Google researchers have open sourced EfficientNets , a method for scaling up CNN models that they claim is up to 10 times more efficient than current “state-of-the-art” techniques.
The method is detailed in a paper which is being presented at next month’s International Conference on Machine Learning, and promises to remove at least some of the “tedious manual tuning” conventional methods require.
According to Mingxing Tan, Staff Software Engineer and Quoc V. Le, Principal Scientist, at Google AI, the researchers set out to find a way to scale up a CNN more accurately and efficiently than conventional practice which is to “arbitrarily increase the CNN depth or width, or to use larger input image resolution for training and evaluation.”
“While these methods do improve accuracy, they usually require tedious manual tuning, and still often yield suboptimal performance,” the team points out.
Their alternative was to use “a simple yet highly effective compound coefficient to scale up CNNs in a more structured manner. Unlike conventional approaches that arbitrarily scale network dimensions, such as width, depth and resolution, our method uniformly scales each dimension with a fixed set of scaling coefficients.”
The approach relies on performing a grid search to find the relationships between “different scaling dimensions of the baseline network under a fixed resource constraint” which gives an appropriate scaling coefficient for each of the dimensions.
“We then apply those coefficients to scale up the baseline network to the desired target model size or computational budget.” This gave improvements in accuracy and efficiency for scaling existing models, for example by 1.4 per cent for MobiledNet and 0.7 per cent for ResNet.
“The effectiveness of model scaling also relies heavily on the baseline network. So, to further improve performance, we have also developed a new baseline network by performing a neural architecture search using the AutoML MNAS framework, which optimizes both accuracy and efficiency (FLOPS),” they continued.
“The resulting architecture uses mobile inverted bottleneck convolution (MBConv), similar to MobileNetV2 and MnasNet, but is slightly larger due to an increased FLOP budget. We then scale up the baseline network to obtain a family of models, called EfficientNets.”
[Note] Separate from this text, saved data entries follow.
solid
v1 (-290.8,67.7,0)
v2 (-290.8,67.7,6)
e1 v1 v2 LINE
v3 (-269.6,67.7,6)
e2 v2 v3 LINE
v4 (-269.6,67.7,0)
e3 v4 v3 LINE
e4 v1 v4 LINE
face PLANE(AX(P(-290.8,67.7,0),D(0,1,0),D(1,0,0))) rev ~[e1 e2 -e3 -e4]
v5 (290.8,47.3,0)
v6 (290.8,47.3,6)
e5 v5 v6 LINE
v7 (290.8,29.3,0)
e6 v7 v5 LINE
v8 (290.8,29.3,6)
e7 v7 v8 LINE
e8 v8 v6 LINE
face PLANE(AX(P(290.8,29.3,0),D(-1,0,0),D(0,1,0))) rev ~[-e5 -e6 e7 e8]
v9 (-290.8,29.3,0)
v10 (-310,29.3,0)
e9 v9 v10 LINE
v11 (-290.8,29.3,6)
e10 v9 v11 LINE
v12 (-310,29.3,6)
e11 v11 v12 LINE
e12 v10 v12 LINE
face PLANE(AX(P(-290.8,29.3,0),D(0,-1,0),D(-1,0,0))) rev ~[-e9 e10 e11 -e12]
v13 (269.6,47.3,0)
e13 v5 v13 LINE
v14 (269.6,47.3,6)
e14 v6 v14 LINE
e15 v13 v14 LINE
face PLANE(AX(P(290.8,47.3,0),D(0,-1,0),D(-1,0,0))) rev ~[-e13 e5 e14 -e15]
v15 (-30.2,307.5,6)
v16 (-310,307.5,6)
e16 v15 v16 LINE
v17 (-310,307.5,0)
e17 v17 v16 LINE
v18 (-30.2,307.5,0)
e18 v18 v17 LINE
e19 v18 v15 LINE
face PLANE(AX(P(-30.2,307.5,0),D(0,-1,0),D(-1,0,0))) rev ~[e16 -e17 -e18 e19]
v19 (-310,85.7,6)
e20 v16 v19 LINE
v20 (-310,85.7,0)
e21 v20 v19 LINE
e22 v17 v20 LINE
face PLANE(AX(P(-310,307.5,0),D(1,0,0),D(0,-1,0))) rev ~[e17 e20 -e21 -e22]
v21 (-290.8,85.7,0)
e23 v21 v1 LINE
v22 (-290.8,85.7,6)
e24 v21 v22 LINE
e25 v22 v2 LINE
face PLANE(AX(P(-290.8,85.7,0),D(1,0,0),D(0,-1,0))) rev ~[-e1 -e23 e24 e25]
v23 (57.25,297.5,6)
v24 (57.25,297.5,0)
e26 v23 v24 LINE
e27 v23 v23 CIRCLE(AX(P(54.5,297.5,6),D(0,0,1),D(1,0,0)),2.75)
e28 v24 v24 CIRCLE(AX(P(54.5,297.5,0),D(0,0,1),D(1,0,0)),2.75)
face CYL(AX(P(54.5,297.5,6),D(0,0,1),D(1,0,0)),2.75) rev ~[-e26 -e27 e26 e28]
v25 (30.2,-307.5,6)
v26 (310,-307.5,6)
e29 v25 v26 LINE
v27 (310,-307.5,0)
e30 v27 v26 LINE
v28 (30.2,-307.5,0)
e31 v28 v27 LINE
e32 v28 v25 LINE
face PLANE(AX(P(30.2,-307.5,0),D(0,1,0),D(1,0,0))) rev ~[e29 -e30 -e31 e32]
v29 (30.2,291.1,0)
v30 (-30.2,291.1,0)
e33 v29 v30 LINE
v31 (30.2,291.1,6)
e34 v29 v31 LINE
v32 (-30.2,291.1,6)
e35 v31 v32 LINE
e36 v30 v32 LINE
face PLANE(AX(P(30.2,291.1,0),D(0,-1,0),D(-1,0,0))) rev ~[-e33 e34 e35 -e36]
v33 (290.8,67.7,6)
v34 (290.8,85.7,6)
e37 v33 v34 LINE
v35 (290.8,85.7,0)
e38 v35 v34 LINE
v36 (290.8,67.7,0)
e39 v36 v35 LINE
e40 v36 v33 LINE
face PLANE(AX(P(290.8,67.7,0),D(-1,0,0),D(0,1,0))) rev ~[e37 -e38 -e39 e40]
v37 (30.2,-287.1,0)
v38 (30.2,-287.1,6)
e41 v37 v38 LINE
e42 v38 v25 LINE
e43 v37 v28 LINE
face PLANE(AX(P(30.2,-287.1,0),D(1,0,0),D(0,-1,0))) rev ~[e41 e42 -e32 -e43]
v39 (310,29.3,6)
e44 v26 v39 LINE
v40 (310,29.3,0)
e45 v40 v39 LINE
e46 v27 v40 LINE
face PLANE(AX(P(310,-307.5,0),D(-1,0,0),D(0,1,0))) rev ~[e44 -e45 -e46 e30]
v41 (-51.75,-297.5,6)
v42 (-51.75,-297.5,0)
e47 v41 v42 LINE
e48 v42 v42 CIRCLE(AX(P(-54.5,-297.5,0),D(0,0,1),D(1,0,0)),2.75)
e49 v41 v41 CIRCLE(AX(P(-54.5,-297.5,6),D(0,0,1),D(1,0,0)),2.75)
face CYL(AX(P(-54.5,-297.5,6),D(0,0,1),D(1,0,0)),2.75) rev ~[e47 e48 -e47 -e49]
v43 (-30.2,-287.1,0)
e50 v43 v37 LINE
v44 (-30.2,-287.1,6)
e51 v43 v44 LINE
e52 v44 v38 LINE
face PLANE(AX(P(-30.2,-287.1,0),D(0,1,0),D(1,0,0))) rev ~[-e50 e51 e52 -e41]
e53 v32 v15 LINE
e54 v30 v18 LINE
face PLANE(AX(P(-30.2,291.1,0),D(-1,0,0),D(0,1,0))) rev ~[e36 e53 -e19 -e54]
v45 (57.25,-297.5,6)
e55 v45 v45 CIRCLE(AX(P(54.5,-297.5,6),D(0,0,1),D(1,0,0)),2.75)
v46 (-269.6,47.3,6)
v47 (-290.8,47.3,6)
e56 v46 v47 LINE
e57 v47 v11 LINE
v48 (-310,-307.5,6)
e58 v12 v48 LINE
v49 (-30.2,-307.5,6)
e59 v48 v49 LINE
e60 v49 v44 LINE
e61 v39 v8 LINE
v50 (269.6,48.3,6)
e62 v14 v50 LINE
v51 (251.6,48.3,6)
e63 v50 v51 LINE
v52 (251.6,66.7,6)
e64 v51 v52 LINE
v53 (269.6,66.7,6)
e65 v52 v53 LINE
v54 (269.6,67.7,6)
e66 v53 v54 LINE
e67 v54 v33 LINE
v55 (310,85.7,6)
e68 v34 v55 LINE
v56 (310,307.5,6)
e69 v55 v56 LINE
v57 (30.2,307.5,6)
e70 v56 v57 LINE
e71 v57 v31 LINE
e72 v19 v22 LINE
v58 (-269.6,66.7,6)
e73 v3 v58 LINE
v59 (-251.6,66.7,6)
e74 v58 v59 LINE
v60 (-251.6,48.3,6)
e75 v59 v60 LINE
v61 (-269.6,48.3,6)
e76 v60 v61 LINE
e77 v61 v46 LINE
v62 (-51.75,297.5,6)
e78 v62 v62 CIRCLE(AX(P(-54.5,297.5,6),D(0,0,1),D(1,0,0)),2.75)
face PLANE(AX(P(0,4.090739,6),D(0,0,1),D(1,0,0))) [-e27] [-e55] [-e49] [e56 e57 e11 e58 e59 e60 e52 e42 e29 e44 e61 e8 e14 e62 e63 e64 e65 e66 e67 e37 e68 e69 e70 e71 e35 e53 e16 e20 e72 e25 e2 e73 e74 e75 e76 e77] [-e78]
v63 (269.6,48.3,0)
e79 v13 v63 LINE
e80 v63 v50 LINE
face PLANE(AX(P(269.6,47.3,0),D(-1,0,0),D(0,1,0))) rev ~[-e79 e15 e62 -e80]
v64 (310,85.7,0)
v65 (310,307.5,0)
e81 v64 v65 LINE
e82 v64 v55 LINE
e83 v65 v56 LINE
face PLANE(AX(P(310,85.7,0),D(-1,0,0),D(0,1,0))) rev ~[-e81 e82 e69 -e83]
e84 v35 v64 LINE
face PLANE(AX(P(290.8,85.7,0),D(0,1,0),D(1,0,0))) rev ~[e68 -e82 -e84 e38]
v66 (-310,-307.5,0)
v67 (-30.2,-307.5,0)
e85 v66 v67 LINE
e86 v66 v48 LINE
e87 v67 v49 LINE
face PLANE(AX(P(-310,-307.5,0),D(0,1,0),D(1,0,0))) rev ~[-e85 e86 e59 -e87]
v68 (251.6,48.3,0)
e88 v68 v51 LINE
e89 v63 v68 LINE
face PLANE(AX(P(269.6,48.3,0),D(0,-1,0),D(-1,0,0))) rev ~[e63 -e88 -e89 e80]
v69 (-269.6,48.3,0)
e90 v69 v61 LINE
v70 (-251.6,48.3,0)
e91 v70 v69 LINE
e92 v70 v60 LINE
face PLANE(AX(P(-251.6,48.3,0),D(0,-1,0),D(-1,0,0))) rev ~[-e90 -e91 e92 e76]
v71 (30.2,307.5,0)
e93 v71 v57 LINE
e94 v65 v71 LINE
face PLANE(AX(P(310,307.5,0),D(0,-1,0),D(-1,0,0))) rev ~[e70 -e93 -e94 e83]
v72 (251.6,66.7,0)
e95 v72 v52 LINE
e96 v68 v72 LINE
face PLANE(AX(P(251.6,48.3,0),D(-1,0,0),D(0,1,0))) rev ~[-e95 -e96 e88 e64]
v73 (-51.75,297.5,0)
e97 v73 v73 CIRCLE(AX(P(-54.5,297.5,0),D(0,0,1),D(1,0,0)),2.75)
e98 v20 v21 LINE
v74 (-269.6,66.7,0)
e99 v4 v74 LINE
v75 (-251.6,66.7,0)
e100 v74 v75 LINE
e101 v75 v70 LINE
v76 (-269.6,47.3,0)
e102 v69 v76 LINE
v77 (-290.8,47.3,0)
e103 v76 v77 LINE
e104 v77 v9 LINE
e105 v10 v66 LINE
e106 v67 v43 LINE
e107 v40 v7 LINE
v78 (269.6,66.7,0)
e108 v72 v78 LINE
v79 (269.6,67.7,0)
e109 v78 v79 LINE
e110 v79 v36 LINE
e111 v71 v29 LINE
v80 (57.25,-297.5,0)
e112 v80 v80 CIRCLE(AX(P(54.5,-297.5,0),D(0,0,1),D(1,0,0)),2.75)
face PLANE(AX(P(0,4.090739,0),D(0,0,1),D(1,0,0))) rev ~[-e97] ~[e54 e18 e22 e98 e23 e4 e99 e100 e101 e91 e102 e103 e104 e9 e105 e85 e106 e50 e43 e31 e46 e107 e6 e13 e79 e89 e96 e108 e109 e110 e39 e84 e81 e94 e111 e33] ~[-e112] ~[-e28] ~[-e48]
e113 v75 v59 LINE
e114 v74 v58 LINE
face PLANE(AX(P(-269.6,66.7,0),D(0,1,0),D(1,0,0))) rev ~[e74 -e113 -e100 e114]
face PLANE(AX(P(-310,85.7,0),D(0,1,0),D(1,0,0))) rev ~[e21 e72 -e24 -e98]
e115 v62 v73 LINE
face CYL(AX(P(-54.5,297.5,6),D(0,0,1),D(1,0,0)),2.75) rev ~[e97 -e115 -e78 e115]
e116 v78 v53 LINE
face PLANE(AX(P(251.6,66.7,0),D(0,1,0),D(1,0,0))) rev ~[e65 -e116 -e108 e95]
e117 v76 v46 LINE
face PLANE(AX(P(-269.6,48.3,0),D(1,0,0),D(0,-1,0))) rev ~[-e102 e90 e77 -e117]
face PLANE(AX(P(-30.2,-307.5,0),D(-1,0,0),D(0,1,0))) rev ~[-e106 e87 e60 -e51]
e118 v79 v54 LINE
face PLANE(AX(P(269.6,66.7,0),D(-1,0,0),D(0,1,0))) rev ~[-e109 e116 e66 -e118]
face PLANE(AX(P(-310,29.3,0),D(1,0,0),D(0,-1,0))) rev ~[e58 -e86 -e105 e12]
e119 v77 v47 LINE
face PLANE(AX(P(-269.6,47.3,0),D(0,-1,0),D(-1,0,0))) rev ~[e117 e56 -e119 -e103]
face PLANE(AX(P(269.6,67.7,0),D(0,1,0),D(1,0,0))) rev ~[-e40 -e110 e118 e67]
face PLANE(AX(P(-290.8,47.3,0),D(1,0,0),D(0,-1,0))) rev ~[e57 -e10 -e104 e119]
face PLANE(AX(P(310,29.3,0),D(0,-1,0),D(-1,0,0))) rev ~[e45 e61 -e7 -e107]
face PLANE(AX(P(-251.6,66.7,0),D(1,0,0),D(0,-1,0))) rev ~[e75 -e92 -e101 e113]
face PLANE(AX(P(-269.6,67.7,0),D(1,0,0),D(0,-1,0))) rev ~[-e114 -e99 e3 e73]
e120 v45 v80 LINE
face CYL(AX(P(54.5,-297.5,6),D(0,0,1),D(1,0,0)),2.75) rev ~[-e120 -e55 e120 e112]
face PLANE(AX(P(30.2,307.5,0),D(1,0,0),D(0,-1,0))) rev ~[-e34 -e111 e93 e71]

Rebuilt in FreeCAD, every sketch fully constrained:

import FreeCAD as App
import Part
import Sketcher

V = App.Vector


def add_polygon(sketch, points):
    """Adds a closed chain of lines whose ends are joined by coincident constraints."""
    first, n = sketch.GeometryCount, len(points)
    for a, b in zip(points, points[1:] + points[:1]):
        sketch.addGeometry(Part.LineSegment(App.Vector(*a, 0), App.Vector(*b, 0)), False)
    for i in range(n):
        sketch.addConstraint(Sketcher.Constraint("Coincident", first + i, 2, first + (i + 1) % n, 1))

doc = App.newDocument("Part")
body = doc.addObject("PartDesign::Body", "Body")

sketch1 = doc.addObject("Sketcher::SketchObject", "Sketch")
body.addObject(sketch1)
sketch1.AttachmentSupport = (doc.XY_Plane, [""])
sketch1.MapMode = "FlatFace"
add_polygon(sketch1, [(30.2, -307.5), (310, -307.5), (310, 29.3), (290.8, 29.3), (290.8, 47.3), (269.6, 47.3), (269.6, 48.3), (251.6, 48.3), (251.6, 66.7), (269.6, 66.7), (269.6, 67.7), (290.8, 67.7), (290.8, 85.7), (310, 85.7), (310, 307.5), (30.2, 307.5), (30.2, 291.1), (-30.2, 291.1), (-30.2, 307.5), (-310, 307.5), (-310, 85.7), (-290.8, 85.7), (-290.8, 67.7), (-269.6, 67.7), (-269.6, 66.7), (-251.6, 66.7), (-251.6, 48.3), (-269.6, 48.3), (-269.6, 47.3), (-290.8, 47.3), (-290.8, 29.3), (-310, 29.3), (-310, -307.5), (-30.2, -307.5), (-30.2, -287.1), (30.2, -287.1)])
sketch1.addConstraint([
    Sketcher.Constraint("Horizontal", 0),
    Sketcher.Constraint("Vertical", 1),
    Sketcher.Constraint("Horizontal", 2),
    Sketcher.Constraint("Vertical", 3),
    Sketcher.Constraint("Horizontal", 4),
    Sketcher.Constraint("Vertical", 5),
    Sketcher.Constraint("Horizontal", 6),
    Sketcher.Constraint("Vertical", 7),
    Sketcher.Constraint("Horizontal", 8),
    Sketcher.Constraint("Vertical", 9),
    Sketcher.Constraint("Horizontal", 10),
    Sketcher.Constraint("Vertical", 11),
    Sketcher.Constraint("Horizontal", 12),
    Sketcher.Constraint("Vertical", 13),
The team compared the EfficientNets with other CNNs on ImageNet dataset. “In general, the EfficientNet models achieve both higher accuracy and better efficiency over existing CNNs, reducing parameter size and FLOPS by an order of magnitude.”
The team tried the EfficientNets on eight other datasets, and said they achieved “state-of-the-art” accuracy on five, “with an order of magnitude fewer parameters (up to 21x parameter reduction), suggesting that our EfficientNets also transfer well.”
They concluded that the EfficientNets provided “significant improvements” to model efficiency, and could “potentially serve as a new foundation for future computer vision tasks.“
To put their models where their mouths are, the team have open-sourced all the EfficientNet models. The EfficientNet source code and TPU training scripts can be found here.